== Segment start ==
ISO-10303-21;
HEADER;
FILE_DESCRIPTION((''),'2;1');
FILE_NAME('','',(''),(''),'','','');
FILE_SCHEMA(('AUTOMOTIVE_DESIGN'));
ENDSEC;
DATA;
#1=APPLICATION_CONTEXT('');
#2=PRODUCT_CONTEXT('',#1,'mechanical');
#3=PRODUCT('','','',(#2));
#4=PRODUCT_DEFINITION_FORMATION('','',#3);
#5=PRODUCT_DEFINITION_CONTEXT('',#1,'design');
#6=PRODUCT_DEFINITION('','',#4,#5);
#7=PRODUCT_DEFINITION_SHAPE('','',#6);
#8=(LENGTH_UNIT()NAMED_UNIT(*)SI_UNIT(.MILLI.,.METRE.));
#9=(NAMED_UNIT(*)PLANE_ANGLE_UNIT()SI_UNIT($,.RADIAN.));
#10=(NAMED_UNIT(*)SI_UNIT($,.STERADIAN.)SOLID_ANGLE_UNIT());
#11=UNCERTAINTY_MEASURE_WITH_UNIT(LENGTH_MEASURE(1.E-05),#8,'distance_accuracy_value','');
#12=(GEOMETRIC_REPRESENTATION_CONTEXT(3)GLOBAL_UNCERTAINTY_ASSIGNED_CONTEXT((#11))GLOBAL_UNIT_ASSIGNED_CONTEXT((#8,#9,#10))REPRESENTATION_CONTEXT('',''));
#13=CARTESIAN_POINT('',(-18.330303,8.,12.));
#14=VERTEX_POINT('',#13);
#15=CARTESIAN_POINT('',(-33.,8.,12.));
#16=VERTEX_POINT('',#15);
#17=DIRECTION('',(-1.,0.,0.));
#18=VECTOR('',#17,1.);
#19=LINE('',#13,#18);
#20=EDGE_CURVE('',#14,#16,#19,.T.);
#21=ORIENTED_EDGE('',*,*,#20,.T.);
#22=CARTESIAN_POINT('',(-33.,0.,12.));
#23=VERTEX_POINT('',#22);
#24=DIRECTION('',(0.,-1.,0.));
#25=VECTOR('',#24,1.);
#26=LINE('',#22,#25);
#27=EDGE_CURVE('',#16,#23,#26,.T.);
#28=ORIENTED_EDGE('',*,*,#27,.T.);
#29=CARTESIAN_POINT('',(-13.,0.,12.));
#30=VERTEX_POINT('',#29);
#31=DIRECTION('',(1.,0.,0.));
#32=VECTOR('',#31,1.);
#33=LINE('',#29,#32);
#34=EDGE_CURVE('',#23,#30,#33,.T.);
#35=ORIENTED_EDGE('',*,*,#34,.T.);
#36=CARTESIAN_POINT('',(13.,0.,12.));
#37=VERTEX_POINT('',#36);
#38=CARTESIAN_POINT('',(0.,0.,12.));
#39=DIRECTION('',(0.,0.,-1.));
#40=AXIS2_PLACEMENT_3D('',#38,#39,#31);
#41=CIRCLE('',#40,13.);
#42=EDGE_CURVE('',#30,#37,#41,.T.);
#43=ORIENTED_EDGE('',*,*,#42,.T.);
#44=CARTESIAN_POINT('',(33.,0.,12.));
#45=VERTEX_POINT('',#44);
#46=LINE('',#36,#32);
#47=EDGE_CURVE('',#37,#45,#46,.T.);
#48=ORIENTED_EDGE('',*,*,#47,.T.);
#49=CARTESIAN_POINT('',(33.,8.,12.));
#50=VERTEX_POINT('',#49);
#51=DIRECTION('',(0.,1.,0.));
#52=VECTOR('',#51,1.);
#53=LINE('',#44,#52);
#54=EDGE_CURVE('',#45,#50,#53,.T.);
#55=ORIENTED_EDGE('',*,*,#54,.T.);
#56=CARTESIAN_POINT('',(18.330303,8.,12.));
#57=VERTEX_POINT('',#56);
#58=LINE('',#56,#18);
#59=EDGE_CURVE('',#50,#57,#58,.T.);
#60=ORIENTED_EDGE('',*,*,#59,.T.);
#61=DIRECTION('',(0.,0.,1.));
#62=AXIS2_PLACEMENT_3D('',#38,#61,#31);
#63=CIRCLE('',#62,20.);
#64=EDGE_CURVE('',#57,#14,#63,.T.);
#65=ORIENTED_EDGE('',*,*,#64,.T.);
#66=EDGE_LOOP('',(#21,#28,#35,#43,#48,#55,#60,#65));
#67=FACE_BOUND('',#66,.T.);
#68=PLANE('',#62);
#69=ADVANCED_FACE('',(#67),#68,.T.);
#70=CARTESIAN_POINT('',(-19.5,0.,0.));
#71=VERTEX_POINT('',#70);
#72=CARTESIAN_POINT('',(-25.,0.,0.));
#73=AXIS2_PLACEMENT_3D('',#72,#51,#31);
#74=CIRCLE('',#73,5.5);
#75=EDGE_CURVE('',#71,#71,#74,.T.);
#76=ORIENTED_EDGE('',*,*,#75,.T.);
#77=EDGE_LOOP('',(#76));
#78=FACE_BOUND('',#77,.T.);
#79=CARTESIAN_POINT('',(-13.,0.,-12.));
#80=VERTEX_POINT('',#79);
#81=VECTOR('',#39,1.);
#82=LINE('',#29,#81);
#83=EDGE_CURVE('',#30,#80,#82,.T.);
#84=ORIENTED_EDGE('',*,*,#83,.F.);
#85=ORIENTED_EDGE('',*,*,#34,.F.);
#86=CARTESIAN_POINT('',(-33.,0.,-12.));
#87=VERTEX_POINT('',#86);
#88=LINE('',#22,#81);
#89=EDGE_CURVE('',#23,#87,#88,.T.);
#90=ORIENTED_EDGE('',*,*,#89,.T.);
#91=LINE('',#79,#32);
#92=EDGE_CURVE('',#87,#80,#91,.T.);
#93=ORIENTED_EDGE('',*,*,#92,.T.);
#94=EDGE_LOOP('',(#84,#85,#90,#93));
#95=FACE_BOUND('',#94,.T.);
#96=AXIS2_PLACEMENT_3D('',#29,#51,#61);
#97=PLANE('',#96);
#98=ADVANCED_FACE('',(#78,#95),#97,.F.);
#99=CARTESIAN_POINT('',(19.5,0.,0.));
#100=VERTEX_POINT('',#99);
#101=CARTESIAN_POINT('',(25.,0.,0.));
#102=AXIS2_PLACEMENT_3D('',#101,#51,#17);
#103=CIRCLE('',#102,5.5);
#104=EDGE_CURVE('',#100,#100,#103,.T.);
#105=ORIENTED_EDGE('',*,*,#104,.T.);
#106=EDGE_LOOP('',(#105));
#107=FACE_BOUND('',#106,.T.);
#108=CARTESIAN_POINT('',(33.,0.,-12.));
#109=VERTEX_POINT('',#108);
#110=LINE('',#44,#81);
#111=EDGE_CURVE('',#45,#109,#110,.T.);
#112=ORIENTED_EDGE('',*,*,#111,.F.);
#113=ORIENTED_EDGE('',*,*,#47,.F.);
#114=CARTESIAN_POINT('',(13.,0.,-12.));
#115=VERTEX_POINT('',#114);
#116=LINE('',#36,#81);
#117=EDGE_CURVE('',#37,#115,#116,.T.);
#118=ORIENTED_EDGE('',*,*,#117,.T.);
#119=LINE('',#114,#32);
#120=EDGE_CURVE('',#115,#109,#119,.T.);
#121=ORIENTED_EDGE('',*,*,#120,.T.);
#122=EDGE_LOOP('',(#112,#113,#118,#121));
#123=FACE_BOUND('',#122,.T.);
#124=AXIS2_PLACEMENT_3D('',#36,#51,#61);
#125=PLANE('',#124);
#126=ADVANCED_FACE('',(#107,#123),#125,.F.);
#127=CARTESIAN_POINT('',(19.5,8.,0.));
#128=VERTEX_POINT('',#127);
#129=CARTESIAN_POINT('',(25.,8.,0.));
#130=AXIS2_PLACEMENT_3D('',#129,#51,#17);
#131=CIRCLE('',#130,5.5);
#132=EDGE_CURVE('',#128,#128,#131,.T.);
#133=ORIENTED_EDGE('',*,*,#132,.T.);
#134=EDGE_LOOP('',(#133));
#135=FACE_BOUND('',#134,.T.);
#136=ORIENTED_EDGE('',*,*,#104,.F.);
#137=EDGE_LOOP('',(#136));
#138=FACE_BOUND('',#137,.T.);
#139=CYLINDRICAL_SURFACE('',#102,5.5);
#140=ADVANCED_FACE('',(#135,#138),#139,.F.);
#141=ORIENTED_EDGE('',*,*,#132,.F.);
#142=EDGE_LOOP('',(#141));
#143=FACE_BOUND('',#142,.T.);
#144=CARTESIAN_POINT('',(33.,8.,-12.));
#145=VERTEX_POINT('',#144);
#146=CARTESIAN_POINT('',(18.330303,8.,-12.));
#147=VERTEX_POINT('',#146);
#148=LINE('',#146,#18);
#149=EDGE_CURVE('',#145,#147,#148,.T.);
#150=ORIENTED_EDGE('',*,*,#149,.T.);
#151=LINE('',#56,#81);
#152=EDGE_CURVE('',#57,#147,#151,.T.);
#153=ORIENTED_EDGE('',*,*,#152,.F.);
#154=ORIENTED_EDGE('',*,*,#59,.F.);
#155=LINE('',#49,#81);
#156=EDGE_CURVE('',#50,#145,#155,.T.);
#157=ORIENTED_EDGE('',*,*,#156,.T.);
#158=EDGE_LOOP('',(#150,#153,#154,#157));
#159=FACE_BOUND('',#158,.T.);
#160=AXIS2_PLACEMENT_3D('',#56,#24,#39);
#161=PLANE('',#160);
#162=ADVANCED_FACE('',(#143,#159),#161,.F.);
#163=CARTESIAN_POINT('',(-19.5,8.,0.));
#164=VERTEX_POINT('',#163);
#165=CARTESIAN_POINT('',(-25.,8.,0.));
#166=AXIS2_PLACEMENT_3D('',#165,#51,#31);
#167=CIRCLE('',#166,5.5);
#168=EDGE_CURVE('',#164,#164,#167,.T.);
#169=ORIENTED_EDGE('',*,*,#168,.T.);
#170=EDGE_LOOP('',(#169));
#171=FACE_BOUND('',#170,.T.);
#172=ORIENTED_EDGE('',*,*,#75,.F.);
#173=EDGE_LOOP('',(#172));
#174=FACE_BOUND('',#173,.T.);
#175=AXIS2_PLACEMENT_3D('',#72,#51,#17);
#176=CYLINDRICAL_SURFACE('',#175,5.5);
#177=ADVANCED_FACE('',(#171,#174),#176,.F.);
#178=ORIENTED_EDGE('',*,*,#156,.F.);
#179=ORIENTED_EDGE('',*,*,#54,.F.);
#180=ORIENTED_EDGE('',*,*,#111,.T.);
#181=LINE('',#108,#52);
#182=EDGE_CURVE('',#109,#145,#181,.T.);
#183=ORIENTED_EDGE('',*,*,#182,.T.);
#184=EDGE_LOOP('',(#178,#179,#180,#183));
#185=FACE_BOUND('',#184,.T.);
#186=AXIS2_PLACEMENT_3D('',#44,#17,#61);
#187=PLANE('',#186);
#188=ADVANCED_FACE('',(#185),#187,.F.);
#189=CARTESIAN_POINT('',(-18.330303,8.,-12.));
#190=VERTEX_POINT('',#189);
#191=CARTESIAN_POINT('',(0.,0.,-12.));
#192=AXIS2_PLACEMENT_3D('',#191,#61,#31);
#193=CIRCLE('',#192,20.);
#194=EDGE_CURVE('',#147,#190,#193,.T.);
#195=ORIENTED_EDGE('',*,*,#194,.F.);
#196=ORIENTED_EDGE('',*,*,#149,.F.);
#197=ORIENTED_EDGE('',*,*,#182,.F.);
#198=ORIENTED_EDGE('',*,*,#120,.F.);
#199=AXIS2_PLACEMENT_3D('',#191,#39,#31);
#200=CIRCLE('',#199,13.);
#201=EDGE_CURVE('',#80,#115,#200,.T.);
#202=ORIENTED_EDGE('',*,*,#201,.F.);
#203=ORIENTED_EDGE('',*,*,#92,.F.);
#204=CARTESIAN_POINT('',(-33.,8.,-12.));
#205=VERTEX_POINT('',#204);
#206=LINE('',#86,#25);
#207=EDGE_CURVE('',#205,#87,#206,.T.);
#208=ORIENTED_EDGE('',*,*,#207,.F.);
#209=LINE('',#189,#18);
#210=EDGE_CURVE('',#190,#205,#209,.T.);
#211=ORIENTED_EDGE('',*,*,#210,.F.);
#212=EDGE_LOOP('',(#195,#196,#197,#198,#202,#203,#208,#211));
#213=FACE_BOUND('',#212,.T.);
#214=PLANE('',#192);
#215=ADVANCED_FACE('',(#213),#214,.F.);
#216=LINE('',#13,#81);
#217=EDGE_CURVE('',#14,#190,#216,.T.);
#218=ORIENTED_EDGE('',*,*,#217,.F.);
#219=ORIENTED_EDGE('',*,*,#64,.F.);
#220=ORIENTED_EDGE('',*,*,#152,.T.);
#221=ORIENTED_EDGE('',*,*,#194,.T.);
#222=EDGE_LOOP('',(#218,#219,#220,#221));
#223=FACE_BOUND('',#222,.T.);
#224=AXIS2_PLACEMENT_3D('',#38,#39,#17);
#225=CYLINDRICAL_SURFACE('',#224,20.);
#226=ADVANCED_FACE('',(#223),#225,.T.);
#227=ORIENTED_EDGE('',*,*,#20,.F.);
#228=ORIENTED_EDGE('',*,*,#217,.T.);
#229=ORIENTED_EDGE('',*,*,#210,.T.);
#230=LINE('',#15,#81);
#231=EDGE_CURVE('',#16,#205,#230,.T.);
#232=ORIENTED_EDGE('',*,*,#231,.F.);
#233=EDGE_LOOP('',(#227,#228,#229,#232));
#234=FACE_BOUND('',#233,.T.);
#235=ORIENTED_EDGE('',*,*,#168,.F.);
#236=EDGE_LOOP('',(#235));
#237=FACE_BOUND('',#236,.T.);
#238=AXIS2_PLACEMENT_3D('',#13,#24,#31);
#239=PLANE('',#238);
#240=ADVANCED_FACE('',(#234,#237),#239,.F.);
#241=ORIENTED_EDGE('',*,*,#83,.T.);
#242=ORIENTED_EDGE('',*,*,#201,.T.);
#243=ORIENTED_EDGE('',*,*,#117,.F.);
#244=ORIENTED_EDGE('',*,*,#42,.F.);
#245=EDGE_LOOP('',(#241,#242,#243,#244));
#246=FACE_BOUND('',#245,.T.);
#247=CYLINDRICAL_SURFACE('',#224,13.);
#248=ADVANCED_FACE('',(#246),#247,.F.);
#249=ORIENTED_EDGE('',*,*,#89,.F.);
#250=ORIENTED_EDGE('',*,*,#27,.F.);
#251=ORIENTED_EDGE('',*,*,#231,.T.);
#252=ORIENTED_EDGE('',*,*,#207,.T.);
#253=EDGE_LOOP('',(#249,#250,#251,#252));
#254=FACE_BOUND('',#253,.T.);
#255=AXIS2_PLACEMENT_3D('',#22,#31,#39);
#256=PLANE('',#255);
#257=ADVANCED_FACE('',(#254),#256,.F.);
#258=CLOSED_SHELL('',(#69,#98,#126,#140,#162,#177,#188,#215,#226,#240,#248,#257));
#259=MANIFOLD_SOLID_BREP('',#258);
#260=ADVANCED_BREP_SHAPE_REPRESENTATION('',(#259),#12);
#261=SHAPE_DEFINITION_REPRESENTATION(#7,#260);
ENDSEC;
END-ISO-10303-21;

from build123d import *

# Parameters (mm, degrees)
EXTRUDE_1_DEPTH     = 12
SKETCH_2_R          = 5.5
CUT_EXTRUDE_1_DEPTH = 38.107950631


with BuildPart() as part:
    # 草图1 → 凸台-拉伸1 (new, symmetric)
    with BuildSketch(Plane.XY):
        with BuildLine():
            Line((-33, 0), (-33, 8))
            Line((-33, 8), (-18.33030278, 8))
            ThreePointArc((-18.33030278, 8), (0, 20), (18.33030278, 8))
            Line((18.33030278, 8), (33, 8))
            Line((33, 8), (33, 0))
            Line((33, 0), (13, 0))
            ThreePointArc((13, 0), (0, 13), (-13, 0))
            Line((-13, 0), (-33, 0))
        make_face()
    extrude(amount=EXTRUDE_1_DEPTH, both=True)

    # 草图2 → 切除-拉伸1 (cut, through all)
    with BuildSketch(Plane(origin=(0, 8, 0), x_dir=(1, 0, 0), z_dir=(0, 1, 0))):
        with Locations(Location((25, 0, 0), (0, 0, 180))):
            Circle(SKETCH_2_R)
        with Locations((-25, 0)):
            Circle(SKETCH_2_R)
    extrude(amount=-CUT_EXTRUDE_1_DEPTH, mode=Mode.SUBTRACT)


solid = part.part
== Segment end ==
◆ **Task objective**: A verbatim transcription is needed of the lines above, starting at the line with "#243=ORIENTED_EDGE('',*,*,#117,.F.);" and ending at the line with "#256=PLANE('',#255);", both included, and of nothing else.

◆ **Answer to this task**:
#243=ORIENTED_EDGE('',*,*,#117,.F.);
#244=ORIENTED_EDGE('',*,*,#42,.F.);
#245=EDGE_LOOP('',(#241,#242,#243,#244));
#246=FACE_BOUND('',#245,.T.);
#247=CYLINDRICAL_SURFACE('',#224,13.);
#248=ADVANCED_FACE('',(#246),#247,.F.);
#249=ORIENTED_EDGE('',*,*,#89,.F.);
#250=ORIENTED_EDGE('',*,*,#27,.F.);
#251=ORIENTED_EDGE('',*,*,#231,.T.);
#252=ORIENTED_EDGE('',*,*,#207,.T.);
#253=EDGE_LOOP('',(#249,#250,#251,#252));
#254=FACE_BOUND('',#253,.T.);
#255=AXIS2_PLACEMENT_3D('',#22,#31,#39);
#256=PLANE('',#255);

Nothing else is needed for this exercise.